_EXERCISE_. Using the records below, locate all lines containing "piece" and return them.

_RECORDS FOR THIS TASK_.
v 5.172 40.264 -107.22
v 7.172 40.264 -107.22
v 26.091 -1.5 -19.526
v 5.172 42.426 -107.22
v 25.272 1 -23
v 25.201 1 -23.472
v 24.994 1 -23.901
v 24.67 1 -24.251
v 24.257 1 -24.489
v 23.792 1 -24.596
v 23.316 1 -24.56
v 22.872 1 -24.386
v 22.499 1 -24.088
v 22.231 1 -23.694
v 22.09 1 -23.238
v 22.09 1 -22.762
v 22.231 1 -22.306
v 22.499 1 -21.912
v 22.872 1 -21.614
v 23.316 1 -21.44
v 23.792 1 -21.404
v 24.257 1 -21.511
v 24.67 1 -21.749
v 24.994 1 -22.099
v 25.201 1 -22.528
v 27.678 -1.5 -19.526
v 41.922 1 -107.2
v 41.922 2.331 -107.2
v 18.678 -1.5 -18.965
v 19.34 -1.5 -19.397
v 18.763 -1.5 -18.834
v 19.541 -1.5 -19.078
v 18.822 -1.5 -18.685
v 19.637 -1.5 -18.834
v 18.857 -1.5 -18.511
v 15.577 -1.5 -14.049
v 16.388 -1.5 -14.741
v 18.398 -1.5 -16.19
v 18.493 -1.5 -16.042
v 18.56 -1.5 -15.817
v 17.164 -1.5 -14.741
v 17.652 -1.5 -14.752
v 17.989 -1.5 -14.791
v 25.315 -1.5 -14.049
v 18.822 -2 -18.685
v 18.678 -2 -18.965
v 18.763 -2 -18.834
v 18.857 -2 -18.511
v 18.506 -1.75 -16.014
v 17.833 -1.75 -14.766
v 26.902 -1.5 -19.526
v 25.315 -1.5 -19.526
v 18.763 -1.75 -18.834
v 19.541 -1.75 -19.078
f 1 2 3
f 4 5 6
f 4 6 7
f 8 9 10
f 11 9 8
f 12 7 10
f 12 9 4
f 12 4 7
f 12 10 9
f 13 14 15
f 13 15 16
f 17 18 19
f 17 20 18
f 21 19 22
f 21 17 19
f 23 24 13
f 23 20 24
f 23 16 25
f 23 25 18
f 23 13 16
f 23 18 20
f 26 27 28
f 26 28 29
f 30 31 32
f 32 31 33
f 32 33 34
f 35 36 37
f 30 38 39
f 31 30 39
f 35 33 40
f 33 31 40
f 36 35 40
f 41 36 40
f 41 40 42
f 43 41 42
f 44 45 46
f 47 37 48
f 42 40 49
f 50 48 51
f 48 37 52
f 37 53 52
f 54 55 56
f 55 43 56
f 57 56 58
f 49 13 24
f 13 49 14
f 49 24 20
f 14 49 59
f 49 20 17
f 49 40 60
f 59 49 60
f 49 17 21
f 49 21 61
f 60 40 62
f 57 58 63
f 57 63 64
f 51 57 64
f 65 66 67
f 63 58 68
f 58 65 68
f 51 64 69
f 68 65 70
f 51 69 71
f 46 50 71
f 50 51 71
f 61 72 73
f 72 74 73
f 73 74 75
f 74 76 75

--

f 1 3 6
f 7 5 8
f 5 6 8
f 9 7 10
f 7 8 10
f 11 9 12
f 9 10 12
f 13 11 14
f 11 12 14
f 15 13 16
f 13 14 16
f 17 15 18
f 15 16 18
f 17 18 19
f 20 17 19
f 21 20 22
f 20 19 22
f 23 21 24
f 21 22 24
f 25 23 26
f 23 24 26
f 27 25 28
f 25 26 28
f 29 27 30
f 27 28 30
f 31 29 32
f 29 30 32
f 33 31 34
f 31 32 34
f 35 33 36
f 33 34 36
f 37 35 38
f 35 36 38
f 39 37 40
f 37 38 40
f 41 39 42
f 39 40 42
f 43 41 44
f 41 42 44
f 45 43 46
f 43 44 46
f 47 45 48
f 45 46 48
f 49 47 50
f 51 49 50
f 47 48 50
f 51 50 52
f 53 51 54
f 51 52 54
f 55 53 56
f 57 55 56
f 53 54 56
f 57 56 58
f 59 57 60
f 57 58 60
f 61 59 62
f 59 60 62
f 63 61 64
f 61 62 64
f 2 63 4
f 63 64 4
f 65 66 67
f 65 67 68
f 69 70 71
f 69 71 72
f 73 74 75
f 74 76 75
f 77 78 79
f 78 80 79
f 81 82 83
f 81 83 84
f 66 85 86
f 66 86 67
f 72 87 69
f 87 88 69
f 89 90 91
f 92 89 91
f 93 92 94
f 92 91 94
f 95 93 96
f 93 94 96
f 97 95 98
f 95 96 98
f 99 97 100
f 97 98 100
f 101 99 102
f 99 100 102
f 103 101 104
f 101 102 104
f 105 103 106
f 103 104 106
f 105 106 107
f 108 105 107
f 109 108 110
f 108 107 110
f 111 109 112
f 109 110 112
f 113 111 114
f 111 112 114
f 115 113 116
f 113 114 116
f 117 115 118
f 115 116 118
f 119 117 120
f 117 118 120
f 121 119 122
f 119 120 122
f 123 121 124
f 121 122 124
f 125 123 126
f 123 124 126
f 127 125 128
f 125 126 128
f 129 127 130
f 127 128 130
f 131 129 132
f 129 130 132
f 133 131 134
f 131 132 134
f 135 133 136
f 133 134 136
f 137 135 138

==

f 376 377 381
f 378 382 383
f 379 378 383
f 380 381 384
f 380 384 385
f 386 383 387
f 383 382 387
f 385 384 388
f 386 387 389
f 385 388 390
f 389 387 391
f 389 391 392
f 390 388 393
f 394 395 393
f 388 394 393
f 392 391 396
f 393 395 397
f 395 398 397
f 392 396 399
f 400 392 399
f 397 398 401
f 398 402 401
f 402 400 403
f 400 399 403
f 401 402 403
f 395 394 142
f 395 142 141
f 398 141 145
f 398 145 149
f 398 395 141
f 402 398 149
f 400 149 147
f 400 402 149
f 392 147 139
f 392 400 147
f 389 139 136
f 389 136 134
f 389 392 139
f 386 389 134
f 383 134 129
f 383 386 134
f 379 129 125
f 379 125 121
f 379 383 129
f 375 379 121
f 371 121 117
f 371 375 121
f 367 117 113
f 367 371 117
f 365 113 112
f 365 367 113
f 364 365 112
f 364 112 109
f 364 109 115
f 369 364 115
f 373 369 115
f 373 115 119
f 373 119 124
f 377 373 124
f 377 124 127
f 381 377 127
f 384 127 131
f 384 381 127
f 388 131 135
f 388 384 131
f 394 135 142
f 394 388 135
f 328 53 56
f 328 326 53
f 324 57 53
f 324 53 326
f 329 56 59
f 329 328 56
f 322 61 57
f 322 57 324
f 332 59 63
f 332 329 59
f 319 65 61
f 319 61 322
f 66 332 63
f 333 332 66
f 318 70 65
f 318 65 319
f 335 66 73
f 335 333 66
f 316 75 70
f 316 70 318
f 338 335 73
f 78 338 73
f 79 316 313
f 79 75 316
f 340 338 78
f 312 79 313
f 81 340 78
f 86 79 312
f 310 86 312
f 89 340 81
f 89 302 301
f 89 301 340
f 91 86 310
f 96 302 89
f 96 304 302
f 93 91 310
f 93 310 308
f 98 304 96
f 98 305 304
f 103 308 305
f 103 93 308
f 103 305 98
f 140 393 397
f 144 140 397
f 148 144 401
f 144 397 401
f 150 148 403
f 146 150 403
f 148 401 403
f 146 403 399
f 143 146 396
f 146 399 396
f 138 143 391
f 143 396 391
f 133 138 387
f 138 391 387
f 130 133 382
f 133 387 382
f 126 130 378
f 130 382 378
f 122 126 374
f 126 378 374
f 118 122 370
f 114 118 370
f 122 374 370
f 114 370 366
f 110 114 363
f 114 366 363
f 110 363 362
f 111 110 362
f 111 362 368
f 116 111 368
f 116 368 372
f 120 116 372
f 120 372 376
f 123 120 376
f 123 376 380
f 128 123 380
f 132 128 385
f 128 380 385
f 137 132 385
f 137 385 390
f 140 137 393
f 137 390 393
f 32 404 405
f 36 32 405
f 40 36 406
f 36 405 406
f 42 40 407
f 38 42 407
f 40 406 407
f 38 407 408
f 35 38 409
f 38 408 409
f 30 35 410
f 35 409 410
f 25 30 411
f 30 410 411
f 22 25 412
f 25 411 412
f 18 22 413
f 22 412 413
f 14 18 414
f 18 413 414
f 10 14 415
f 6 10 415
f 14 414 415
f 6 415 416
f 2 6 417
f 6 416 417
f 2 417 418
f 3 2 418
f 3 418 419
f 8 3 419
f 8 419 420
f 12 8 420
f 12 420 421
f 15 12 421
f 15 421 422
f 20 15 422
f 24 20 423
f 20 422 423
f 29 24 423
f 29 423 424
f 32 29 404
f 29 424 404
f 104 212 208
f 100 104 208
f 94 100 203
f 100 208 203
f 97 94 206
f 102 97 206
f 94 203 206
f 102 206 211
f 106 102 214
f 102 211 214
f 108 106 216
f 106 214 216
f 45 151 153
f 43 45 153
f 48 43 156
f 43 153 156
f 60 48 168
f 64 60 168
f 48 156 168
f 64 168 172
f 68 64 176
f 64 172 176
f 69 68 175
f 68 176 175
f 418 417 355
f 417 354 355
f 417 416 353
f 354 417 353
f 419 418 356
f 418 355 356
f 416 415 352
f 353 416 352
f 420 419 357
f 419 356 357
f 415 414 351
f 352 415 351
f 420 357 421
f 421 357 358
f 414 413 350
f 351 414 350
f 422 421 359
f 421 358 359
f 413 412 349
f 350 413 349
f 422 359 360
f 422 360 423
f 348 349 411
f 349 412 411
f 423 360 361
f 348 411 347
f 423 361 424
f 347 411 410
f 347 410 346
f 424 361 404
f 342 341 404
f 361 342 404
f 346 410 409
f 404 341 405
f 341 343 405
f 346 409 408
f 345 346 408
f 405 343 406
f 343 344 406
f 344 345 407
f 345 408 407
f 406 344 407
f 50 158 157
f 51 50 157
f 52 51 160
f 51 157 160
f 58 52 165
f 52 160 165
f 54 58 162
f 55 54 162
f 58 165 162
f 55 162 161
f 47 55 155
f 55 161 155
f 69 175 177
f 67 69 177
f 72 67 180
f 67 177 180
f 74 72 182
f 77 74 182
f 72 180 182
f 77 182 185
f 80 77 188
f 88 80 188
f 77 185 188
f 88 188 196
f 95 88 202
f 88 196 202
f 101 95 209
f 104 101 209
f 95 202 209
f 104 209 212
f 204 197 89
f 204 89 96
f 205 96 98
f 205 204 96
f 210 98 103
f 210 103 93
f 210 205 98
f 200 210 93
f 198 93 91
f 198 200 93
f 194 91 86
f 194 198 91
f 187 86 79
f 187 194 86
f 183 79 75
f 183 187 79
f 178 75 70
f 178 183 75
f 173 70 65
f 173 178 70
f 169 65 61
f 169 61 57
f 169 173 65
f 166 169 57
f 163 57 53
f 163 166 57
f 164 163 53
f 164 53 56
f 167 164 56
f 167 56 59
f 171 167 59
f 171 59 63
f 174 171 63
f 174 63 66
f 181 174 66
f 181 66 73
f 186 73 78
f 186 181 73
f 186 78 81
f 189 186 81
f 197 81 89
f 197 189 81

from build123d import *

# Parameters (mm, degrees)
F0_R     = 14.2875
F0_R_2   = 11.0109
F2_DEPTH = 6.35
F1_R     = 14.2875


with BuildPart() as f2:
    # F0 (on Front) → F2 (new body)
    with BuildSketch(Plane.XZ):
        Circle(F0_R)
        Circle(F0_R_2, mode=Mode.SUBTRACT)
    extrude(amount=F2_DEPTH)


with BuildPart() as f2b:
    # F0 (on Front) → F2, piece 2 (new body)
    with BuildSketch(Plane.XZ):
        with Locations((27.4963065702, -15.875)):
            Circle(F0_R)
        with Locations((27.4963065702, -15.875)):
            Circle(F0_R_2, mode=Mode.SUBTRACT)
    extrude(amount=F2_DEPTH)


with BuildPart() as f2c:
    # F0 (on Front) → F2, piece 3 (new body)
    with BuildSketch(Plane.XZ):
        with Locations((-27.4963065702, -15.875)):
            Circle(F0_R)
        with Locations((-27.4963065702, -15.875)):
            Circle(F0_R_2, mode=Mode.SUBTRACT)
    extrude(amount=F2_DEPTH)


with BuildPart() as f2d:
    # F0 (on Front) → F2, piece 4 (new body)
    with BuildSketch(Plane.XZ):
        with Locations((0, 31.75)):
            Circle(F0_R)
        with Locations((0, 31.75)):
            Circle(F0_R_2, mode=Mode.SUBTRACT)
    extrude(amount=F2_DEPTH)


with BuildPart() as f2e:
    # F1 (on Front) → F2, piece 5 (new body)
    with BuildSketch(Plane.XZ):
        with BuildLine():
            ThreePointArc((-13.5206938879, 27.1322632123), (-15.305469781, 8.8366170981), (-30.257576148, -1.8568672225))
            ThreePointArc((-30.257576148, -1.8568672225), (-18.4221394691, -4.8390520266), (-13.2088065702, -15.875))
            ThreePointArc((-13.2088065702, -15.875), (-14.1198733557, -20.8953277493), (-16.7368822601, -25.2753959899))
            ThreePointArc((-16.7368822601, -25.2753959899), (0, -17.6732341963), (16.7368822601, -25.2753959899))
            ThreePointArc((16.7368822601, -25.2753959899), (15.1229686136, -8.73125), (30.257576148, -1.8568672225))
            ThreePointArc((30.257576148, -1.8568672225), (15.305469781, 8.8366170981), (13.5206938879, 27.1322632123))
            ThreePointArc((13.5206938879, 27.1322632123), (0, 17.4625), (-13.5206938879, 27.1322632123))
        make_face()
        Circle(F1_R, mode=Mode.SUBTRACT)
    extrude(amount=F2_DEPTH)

_TASK RESPONSE_.
    # F0 (on Front) → F2, piece 2 (new body)
    # F0 (on Front) → F2, piece 3 (new body)
    # F0 (on Front) → F2, piece 4 (new body)
    # F1 (on Front) → F2, piece 5 (new body)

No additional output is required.